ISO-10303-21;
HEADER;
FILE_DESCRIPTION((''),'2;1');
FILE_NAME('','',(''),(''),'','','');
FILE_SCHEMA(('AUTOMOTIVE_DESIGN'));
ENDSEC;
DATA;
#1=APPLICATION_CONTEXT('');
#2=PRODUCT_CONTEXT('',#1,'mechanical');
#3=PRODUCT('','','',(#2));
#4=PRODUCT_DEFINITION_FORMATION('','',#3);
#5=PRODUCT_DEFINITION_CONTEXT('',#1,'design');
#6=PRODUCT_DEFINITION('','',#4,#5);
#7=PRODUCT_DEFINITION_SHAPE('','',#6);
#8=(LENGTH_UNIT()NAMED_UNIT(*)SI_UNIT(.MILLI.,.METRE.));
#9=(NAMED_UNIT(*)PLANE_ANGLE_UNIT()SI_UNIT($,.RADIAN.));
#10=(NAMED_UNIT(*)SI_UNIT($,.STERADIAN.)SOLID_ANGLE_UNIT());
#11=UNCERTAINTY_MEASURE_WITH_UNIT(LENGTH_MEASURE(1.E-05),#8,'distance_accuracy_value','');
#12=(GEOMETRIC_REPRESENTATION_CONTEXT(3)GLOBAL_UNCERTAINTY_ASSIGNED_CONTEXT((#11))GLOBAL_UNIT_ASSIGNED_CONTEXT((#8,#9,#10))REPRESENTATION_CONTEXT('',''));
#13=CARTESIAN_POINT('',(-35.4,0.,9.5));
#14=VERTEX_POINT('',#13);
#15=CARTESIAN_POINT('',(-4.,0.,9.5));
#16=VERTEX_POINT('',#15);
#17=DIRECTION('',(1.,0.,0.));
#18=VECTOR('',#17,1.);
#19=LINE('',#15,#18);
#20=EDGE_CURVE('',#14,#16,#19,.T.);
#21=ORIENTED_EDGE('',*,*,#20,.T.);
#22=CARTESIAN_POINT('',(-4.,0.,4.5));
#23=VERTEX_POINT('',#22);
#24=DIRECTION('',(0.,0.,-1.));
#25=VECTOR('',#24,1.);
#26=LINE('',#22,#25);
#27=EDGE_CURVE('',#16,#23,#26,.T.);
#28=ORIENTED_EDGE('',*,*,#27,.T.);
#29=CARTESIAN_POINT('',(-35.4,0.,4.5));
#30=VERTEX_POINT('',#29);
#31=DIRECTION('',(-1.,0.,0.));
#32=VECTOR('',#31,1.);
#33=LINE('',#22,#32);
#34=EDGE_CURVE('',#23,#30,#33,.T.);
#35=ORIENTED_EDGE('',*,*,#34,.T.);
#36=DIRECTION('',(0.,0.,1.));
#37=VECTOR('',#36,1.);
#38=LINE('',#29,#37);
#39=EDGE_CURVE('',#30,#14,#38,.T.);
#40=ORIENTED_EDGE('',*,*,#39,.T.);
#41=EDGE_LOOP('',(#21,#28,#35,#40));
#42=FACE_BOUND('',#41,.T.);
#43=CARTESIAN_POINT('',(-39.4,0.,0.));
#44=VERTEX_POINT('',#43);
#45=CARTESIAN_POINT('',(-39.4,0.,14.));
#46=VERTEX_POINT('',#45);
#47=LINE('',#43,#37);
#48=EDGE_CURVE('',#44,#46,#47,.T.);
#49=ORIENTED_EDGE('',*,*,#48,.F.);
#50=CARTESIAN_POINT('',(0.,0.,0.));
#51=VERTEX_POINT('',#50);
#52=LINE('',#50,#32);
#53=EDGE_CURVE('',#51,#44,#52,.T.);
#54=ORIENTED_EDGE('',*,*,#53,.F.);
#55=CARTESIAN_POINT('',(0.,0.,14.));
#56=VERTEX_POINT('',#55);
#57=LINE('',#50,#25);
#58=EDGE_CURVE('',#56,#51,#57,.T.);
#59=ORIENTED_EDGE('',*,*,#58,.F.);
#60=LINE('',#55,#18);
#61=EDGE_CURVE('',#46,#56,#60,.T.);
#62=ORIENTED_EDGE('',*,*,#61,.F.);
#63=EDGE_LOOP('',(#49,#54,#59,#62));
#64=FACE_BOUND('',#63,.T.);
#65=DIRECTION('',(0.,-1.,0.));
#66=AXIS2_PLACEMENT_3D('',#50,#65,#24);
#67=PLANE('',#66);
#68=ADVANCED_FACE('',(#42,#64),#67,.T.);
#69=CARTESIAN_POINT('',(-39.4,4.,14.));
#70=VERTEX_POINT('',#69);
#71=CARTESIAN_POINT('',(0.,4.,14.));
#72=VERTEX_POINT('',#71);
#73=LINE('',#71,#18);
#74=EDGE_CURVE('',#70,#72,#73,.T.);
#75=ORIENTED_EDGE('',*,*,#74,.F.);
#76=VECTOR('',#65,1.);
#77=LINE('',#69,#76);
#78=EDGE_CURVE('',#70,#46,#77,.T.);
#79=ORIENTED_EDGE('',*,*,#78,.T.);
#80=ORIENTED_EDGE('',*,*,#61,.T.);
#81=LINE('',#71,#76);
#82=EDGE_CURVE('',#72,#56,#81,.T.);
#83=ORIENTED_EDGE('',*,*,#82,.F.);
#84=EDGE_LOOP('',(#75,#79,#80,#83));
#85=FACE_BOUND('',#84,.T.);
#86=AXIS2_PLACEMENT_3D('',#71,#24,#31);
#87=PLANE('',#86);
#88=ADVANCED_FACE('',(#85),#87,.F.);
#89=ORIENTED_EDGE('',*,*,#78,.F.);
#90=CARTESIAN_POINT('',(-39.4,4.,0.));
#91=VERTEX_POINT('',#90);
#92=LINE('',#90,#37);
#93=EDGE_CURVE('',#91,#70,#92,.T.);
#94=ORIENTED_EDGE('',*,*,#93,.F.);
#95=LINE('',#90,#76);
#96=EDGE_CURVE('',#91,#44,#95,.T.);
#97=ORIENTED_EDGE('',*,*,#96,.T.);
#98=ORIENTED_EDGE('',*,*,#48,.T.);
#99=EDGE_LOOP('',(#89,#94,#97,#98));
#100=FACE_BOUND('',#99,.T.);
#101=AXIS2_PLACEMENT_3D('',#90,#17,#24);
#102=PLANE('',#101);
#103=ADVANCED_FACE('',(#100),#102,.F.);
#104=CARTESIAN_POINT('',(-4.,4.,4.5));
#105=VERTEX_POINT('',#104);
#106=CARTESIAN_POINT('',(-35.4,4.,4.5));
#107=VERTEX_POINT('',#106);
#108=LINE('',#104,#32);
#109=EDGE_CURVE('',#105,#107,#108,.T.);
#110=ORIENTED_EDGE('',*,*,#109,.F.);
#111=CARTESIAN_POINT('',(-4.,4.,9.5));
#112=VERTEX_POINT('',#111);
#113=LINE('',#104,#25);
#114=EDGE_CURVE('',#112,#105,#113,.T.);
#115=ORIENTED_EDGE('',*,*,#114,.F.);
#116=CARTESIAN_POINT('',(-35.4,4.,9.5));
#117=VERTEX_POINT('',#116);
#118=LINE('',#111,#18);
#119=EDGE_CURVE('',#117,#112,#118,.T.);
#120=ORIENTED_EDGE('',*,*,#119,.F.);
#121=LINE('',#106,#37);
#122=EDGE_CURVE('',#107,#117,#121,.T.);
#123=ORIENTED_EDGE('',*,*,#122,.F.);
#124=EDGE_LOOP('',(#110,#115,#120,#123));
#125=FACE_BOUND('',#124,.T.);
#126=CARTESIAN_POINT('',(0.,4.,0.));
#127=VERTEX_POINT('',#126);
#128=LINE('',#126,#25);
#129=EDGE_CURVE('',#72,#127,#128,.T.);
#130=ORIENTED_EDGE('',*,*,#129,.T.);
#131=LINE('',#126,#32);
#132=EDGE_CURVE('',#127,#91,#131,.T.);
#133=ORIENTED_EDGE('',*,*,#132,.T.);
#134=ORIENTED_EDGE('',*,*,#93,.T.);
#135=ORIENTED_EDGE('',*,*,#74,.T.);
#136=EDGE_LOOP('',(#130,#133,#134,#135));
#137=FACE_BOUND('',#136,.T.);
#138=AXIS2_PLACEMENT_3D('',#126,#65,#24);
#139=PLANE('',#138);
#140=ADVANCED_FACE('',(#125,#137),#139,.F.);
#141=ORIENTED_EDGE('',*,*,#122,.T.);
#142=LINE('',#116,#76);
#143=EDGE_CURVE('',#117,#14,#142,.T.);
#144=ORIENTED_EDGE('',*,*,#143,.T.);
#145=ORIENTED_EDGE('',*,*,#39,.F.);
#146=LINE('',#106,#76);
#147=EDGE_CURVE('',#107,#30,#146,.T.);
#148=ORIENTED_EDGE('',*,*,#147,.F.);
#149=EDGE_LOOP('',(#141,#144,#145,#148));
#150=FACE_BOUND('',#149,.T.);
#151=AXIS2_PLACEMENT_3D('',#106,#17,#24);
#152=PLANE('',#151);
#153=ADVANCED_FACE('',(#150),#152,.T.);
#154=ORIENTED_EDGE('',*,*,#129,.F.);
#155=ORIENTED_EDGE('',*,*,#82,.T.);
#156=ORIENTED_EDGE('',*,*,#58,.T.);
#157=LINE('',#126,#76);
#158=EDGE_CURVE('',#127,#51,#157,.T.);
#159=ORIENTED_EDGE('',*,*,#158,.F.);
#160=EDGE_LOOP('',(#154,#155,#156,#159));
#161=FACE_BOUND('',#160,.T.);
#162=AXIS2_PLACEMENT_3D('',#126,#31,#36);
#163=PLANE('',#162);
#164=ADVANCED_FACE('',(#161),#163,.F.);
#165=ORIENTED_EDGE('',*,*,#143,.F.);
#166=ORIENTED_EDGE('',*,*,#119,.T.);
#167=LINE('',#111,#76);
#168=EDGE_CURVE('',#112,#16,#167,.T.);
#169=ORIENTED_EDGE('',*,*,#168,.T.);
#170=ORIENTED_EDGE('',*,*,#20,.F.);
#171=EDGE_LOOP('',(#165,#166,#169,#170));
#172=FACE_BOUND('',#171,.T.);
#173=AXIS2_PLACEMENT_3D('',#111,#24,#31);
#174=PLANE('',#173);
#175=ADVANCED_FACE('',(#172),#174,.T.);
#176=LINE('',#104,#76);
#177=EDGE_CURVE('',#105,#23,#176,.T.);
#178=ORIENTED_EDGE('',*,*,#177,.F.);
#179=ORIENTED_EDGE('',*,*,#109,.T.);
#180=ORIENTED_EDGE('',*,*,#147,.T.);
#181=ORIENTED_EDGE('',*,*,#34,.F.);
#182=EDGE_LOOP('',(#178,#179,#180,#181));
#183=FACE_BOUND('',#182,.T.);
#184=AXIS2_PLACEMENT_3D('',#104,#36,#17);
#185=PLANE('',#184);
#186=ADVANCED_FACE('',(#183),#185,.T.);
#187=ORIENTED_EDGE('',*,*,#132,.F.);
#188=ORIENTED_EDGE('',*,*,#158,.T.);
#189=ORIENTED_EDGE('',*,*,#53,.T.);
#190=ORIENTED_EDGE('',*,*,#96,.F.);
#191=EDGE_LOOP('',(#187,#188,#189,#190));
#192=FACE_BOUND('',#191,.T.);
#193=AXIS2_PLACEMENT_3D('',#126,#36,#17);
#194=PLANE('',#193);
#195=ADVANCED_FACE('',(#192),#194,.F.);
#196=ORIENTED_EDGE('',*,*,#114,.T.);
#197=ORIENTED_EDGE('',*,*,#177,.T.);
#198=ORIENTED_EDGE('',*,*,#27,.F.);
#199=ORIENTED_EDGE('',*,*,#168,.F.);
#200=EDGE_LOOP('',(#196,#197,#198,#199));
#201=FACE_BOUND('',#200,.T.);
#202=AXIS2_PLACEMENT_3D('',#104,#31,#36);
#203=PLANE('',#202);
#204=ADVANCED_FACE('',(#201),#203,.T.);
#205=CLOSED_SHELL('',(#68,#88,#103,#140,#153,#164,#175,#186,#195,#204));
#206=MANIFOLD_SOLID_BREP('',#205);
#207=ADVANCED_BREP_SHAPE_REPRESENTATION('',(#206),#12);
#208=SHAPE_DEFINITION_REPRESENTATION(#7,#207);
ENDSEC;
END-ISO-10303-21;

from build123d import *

# Parameters (mm, degrees)
CROQUIS1_W              = 39.4
CROQUIS1_H              = 14
CROQUIS1_W_2            = 31.4
CROQUIS1_H_2            = 5
SALIENTE_EXTRUIR1_DEPTH = 4


with BuildPart() as part:
    # Croquis1 → Saliente-Extruir1 (new body)
    with BuildSketch(Plane(origin=(0, 0, 0), x_dir=(1, 0, 0), z_dir=(0, 1, 0))):
        with Locations((-19.7, -7)):
            Rectangle(CROQUIS1_W, CROQUIS1_H)
        with Locations((-19.7, -7)):
            Rectangle(CROQUIS1_W_2, CROQUIS1_H_2, mode=Mode.SUBTRACT)
    extrude(amount=SALIENTE_EXTRUIR1_DEPTH)


solid = part.part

# # # #

_Work order:_ I'd like the lines above from the one with "#13=CARTESIAN_POINT('',(-35.4,0.,9.5));" up to and including the one with "#21=ORIENTED_EDGE('',*,*,#20,.T.);" copied exactly, with no other lines.

_Problem solution:_
#13=CARTESIAN_POINT('',(-35.4,0.,9.5));
#14=VERTEX_POINT('',#13);
#15=CARTESIAN_POINT('',(-4.,0.,9.5));
#16=VERTEX_POINT('',#15);
#17=DIRECTION('',(1.,0.,0.));
#18=VECTOR('',#17,1.);
#19=LINE('',#15,#18);
#20=EDGE_CURVE('',#14,#16,#19,.T.);
#21=ORIENTED_EDGE('',*,*,#20,.T.);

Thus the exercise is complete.